Let me talk a little bit about some high level operating results. Pre-provision net revenue of $760 million increased 34% compared with last quarter driven by very strong mortgage revenue in the BOLI settlement I just mentioned. Excluding the BOLI-related benefit, PPNR was $633 million, 12% better than the second quarter. This was driven by strong mortgage revenue and growth in investment advisory revenue.

Additionally, net interest income increased $29 million and the margin expanded 13 basis points to 370. We continued to benefit from re-pricing of our CD book and the management of deposits in general given our significant excess liquidity. As expected, we also saw some loan growth during the quarter particularly in higher yielding C&I and consumer books which is a good sign. We’ve been pleased with our lending volumes throughout the year, particularly in the C&I, which has always been one of our strengths.

Originations volumes were offset in the first half of the year with higher pay downs than normal. During the third quarter, our C&I origination volumes exceeded pay downs. In fact, C&I originations were more than $1.1 billion per month in the quarter which is the highest we've ever seen, up from just under $1 billion per month of originations last quarter.

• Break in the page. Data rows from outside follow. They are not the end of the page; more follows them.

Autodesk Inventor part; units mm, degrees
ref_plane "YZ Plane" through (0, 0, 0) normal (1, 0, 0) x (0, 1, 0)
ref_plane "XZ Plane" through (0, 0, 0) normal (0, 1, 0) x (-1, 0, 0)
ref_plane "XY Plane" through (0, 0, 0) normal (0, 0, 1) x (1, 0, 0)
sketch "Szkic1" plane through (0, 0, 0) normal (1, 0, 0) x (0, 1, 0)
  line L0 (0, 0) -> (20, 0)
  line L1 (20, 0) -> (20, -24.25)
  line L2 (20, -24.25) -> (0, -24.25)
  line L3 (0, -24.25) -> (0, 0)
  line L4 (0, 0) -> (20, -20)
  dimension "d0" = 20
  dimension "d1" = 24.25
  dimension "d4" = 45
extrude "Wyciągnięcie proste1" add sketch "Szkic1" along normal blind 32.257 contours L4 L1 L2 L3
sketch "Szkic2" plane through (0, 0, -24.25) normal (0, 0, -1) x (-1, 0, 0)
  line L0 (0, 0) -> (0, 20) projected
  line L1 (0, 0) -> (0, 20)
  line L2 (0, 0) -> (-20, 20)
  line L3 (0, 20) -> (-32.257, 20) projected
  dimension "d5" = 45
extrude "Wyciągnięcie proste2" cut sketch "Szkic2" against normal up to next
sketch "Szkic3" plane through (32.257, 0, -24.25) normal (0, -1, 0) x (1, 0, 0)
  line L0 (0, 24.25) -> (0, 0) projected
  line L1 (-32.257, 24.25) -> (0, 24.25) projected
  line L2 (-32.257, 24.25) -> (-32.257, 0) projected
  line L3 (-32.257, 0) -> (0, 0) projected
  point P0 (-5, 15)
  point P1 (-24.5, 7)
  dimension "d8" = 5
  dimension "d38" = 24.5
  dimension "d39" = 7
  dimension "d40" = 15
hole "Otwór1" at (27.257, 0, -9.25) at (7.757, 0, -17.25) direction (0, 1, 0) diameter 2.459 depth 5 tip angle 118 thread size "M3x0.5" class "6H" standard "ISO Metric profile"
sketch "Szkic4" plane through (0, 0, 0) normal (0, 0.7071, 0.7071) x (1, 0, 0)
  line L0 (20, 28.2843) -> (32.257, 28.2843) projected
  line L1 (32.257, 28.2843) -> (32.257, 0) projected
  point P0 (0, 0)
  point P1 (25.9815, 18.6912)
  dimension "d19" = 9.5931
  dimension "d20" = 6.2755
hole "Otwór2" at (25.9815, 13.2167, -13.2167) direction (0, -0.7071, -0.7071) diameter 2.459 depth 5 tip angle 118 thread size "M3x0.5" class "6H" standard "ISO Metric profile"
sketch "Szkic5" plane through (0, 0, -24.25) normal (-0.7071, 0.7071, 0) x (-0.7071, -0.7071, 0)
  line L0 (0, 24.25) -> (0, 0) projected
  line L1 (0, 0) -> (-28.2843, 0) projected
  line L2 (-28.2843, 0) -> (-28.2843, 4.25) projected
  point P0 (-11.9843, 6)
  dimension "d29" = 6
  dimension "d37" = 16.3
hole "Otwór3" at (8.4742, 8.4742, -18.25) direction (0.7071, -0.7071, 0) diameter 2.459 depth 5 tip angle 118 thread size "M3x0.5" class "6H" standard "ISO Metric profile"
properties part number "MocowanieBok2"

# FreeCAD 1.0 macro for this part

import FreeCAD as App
import Part
import Sketcher

V = App.Vector
Q = App.Units.Quantity

doc = App.newDocument("Part")
body = doc.addObject("PartDesign::Body", "Body")

sketch1 = body.newObject("Sketcher::SketchObject", "Sketch")
sketch1.AttachmentSupport = (doc.getObject("YZ_Plane"), [""])
sketch1.MapMode = "FlatFace"
sketch1.addGeometry(Part.LineSegment(V(20, -20, 0), V(0, 0, 0)), False)
sketch1.addGeometry(Part.LineSegment(V(0, 0, 0), V(0, -24.2, 0)), False)
sketch1.addGeometry(Part.LineSegment(V(0, -24.2, 0), V(20, -24.2, 0)), False)
sketch1.addGeometry(Part.LineSegment(V(20, -24.2, 0), V(20, -20, 0)), False)
sketch1.addConstraint(Sketcher.Constraint("Coincident", 0, 2, 1, 1))
sketch1.addConstraint(Sketcher.Constraint("Coincident", 1, 2, 2, 1))
sketch1.addConstraint(Sketcher.Constraint("Coincident", 2, 2, 3, 1))
sketch1.addConstraint(Sketcher.Constraint("Coincident", 3, 2, 0, 1))
sketch1.addConstraint(Sketcher.Constraint("Vertical", 1))
sketch1.addConstraint(Sketcher.Constraint("Horizontal", 2))
sketch1.addConstraint(Sketcher.Constraint("Vertical", 3))
sketch1.addConstraint(Sketcher.Constraint("Coincident", 0, 2, -1, 1))
sketch1.addConstraint(Sketcher.Constraint("DistanceX", 2, 1, 2, 2, Q("20 mm")))
sketch1.addConstraint(Sketcher.Constraint("DistanceY", 3, 2, -1, 1, Q("20 mm")))
sketch1.addConstraint(Sketcher.Constraint("DistanceY", 1, 2, 1, 1, Q("24.25 mm")))
pad1 = body.newObject("PartDesign::Pad", "Pad")
pad1.Profile = sketch1
pad1.Length = 32.257

sketch2 = body.newObject("Sketcher::SketchObject", "Sketch001")
sketch2.AttachmentSupport = (doc.getObject("XY_Plane"), [""])
sketch2.MapMode = "FlatFace"
sketch2.AttachmentOffset = App.Placement(V(0, 0, -24.25), App.Rotation())
sketch2.addGeometry(Part.LineSegment(V(20, 20, 0), V(0, 0, 0)), False)
sketch2.addGeometry(Part.LineSegment(V(0, 0, 0), V(0, 20, 0)), False)
sketch2.addGeometry(Part.LineSegment(V(0, 20, 0), V(20, 20, 0)), False)
sketch2.addConstraint(Sketcher.Constraint("Coincident", 0, 2, 1, 1))
sketch2.addConstraint(Sketcher.Constraint("Coincident", 1, 2, 2, 1))
sketch2.addConstraint(Sketcher.Constraint("Coincident", 2, 2, 0, 1))
sketch2.addConstraint(Sketcher.Constraint("Vertical", 1))
sketch2.addConstraint(Sketcher.Constraint("Horizontal", 2))
sketch2.addConstraint(Sketcher.Constraint("Coincident", 0, 2, -1, 1))
sketch2.addConstraint(Sketcher.Constraint("Equal", 2, 1))
sketch2.addConstraint(Sketcher.Constraint("DistanceX", 2, 1, 2, 2, Q("20 mm")))
pocket1 = body.newObject("PartDesign::Pocket", "Pocket")
pocket1.Profile = sketch2
pocket1.Type = "UpToFirst"
pocket1.Reversed = True

sketch3 = body.newObject("Sketcher::SketchObject", "Sketch002")
sketch3.AttachmentSupport = (doc.getObject("XZ_Plane"), [""])
sketch3.MapMode = "FlatFace"
sketch3.addGeometry(Part.Circle(V(27.3, -9.2, 0), V(0, 0, 1), 1.2), False)
sketch3.addGeometry(Part.Circle(V(7.8, -17.2, 0), V(0, 0, 1), 1.2), False)
sketch3.addConstraint(Sketcher.Constraint("Equal", 0, 1))
sketch3.addConstraint(Sketcher.Constraint("Diameter", 0, Q("2.459 mm")))
sketch3.addConstraint(Sketcher.Constraint("DistanceY", 1, 3, 0, 3, Q("8 mm")))
sketch3.addConstraint(Sketcher.Constraint("DistanceX", 1, 3, 0, 3, Q("19.5 mm")))
sketch3.addConstraint(Sketcher.Constraint("DistanceY", 0, 3, -1, 1, Q("9.25 mm")))
sketch3.addConstraint(Sketcher.Constraint("DistanceX", -1, 1, 0, 3, Q("27.257 mm")))
doc.recompute()
hole = body.newObject("PartDesign::Hole", "Hole")
hole.Profile = sketch3
hole.ThreadType = "None"
hole.Diameter = 2.459
hole.DepthType = "Dimension"
hole.Depth = 5
hole.DrillPoint = "Angled"
hole.DrillPointAngle = 118

sketch4 = body.newObject("Sketcher::SketchObject", "Sketch003")
sketch4.Placement = App.Placement(V(0, 0, 0), App.Rotation(V(0, -0.707106781, 0.707106781), V(0.999999999, 0, 0), V(0, 0.707106781, 0.707106781), "ZXY"))
sketch4.addGeometry(Part.Circle(V(-18.7, 26, 0), V(0, 0, 1), 1.2), False)
sketch4.addConstraint(Sketcher.Constraint("Diameter", 0, Q("2.459 mm")))
sketch4.addConstraint(Sketcher.Constraint("DistanceX", 0, 3, -1, 1, Q("18.6912 mm")))
sketch4.addConstraint(Sketcher.Constraint("DistanceY", -1, 1, 0, 3, Q("25.9815 mm")))
doc.recompute()
hole2 = body.newObject("PartDesign::Hole", "Hole001")
hole2.Profile = sketch4
hole2.ThreadType = "None"
hole2.Diameter = 2.459
hole2.DepthType = "Dimension"
hole2.Depth = 5
hole2.DrillPoint = "Angled"
hole2.DrillPointAngle = 118

sketch5 = body.newObject("Sketcher::SketchObject", "Sketch004")
sketch5.Placement = App.Placement(V(0, 0, 0), App.Rotation(V(-0.707106781, -0.707106781, 0), V(0, 0, 0.999999999), V(-0.707106781, 0.707106781, 0), "ZXY"))
sketch5.addGeometry(Part.Circle(V(-12, -18.2, 0), V(0, 0, 1), 1.2), False)
sketch5.addConstraint(Sketcher.Constraint("Diameter", 0, Q("2.459 mm")))
sketch5.addConstraint(Sketcher.Constraint("DistanceY", 0, 3, -1, 1, Q("18.25 mm")))
sketch5.addConstraint(Sketcher.Constraint("DistanceX", 0, 3, -1, 1, Q("11.9843 mm")))
doc.recompute()
hole3 = body.newObject("PartDesign::Hole", "Hole002")
hole3.Profile = sketch5
hole3.ThreadType = "None"
hole3.Diameter = 2.459
hole3.DepthType = "Dimension"
hole3.Depth = 5
hole3.DrillPoint = "Angled"
hole3.DrillPointAngle = 118

doc.recompute()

Pay downs remain high, but we seem to have reached a point of equilibrium. We're hopeful we're beginning to see the first signs of sustained loan growth. I think this is direct result of continued focus on core business activity by our loan officers and sales people. Originations were broad-based, high quality and diversified both geographically and by asset class, driven particularly by growth in healthcare and manufacturing, two industries that are recovering well. We aimed during the crisis to ensure that we were well-positioned when things begin to turn; I believe we've done just that.

As I noted, third quarter fee income results were also very strong, driven by a significantly higher mortgage banking revenue. Total noninterest income was up 33% sequentially, including the BOLI benefit and excluding this benefit noninterest income was up 9%.

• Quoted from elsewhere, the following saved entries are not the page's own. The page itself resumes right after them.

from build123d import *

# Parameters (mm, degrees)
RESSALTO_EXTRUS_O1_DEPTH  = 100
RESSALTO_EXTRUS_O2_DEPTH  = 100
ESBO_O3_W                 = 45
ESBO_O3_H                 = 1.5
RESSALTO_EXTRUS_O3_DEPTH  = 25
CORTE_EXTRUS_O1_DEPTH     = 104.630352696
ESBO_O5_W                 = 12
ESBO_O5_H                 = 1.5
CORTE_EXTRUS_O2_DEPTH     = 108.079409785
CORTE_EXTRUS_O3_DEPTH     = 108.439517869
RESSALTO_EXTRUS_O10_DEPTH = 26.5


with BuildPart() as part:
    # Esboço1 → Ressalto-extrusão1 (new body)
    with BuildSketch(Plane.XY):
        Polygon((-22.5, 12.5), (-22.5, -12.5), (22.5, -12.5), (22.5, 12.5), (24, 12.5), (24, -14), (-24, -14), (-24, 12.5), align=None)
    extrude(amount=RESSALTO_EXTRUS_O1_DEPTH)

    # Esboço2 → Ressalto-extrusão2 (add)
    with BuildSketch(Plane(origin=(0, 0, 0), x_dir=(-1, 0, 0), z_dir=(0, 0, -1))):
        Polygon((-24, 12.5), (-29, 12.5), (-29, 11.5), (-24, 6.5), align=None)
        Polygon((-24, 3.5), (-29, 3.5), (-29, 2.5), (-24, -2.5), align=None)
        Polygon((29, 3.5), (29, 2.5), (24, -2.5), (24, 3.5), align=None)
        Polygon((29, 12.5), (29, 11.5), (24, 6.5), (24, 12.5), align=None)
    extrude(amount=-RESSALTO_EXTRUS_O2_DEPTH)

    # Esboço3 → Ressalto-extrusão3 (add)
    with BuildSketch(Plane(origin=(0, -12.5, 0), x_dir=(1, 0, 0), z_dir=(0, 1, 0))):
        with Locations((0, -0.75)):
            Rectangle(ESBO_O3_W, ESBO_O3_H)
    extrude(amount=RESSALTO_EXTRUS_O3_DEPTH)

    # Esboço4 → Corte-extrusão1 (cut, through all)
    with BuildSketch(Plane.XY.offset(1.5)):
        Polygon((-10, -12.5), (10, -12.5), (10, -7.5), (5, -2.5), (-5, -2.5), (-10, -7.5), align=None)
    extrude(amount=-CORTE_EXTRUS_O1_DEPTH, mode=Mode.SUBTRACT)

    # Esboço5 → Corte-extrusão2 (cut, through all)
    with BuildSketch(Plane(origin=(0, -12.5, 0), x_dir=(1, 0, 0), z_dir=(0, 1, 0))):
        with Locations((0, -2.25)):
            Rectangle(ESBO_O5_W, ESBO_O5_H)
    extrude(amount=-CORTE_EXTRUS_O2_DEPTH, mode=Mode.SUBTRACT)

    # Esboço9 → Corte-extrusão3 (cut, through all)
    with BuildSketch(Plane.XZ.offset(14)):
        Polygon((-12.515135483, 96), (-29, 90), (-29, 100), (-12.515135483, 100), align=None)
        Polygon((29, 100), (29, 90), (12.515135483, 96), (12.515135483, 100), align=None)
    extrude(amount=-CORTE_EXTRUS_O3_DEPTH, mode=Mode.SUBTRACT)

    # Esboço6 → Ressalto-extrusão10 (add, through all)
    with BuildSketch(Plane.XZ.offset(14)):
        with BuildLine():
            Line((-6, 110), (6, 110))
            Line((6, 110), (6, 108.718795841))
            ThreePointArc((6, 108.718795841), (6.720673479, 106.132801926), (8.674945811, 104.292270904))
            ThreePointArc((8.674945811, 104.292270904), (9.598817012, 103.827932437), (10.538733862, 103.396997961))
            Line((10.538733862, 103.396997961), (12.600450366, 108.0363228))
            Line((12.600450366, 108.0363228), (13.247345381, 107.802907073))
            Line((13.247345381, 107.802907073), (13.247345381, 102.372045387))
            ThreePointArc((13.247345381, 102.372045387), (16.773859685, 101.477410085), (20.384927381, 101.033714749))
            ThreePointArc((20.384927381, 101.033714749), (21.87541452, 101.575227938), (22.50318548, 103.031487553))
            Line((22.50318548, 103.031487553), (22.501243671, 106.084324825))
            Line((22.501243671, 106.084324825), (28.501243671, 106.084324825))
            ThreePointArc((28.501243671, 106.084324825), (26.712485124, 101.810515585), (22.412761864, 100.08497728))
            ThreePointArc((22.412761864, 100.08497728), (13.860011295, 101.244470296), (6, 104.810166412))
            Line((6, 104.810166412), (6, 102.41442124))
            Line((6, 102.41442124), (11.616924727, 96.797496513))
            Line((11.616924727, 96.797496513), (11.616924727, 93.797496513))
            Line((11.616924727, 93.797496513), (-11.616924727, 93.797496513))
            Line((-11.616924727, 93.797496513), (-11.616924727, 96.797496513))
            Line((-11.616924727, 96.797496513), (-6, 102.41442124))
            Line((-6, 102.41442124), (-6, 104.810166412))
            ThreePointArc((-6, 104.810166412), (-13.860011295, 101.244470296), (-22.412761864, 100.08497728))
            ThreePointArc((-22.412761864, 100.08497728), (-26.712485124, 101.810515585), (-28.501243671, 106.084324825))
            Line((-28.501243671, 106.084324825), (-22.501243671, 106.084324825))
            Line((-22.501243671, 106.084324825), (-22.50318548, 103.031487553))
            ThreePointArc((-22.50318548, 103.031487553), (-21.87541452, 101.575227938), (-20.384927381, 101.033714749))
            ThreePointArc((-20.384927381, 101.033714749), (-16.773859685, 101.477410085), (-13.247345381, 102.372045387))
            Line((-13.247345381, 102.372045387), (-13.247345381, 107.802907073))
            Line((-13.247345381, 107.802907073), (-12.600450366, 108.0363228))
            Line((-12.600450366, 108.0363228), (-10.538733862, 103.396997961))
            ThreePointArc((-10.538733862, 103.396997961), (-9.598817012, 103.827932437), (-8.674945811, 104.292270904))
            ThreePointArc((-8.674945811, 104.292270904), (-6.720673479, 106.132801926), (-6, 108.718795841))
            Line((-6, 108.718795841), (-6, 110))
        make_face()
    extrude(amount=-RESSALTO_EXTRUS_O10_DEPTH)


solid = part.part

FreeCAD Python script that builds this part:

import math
import FreeCAD as App
import Part
import Sketcher
from FreeCAD import Vector
Q = App.Units.Quantity

doc = App.newDocument("Part")
params = doc.addObject("Spreadsheet::Sheet", "Params")
for row, (alias, value) in enumerate([
    ("sketch1_width", "48 mm"),
    ("sketch1_width2", "45 mm"),
    ("sketch1_height", "25 mm"),
    ("sketch1_height2", "26.5 mm"),
    ("pad1_length", "100 mm"),
    ("sketch2_width", "5 mm"),
    ("sketch2_height", "1 mm"),
    ("pad2_length", "100 mm"),
    ("sketch3_width", "45 mm"),
    ("sketch3_height", "1.5 mm"),
    ("pad3_length", "25 mm"),
    ("sketch4_width", "20 mm"),
    ("sketch4_width2", "10 mm"),
    ("sketch4_height", "5 mm"),
    ("sketch5_width", "12 mm"),
    ("sketch5_height", "1.5 mm"),
    ("sketch6_height", "4 mm"),
    ("sketch6_height2", "10 mm"),
    ("sketch7_radius", "5 mm"),
    ("sketch7_radius2", "2 mm"),
    ("sketch7_radius3", "6 mm"),
    ("sketch7_width", "12 mm"),
    ("sketch7_height", "3 mm"),
    ("pad4_length", "26.5 mm"),
], start=1):
    params.set(f"A{row}", alias)
    params.set(f"B{row}", "=" + value)
    params.setAlias(f"B{row}", alias)

body = doc.addObject("PartDesign::Body", "Body")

Mortgage banking net revenue of $232 million increased $118 million from last quarter as historically low mortgage rates drove a high level of refinancings during the quarter. Our total originations were $5.6 billion, up nearly $2 billion from last quarter.

Deposit fees were down just 4% despite Reg E, which was a pretty good result and investment advisory revenue was up 4% from the second quarter has improved sales production in better markets resulted in strong net asset and account growth.

Average loans were flat on a percentage basis compared with the quarter. Period end balances grew almost $1 billion before our credit actions at the end of the quarter. Growth in C&I contributed the positive loan momentum as well as auto loans and mortgages.

Average core deposits were down 2% sequentially and up 8% over 2009 levels. As expected, the sequential decline included $1.1 billion in CD runoff and a reduction in non-relationship pub funds deposits of about $1.2 billion. Excluding public funds and CDs, transaction deposits increased 1% sequentially and increased 19% year-over-year.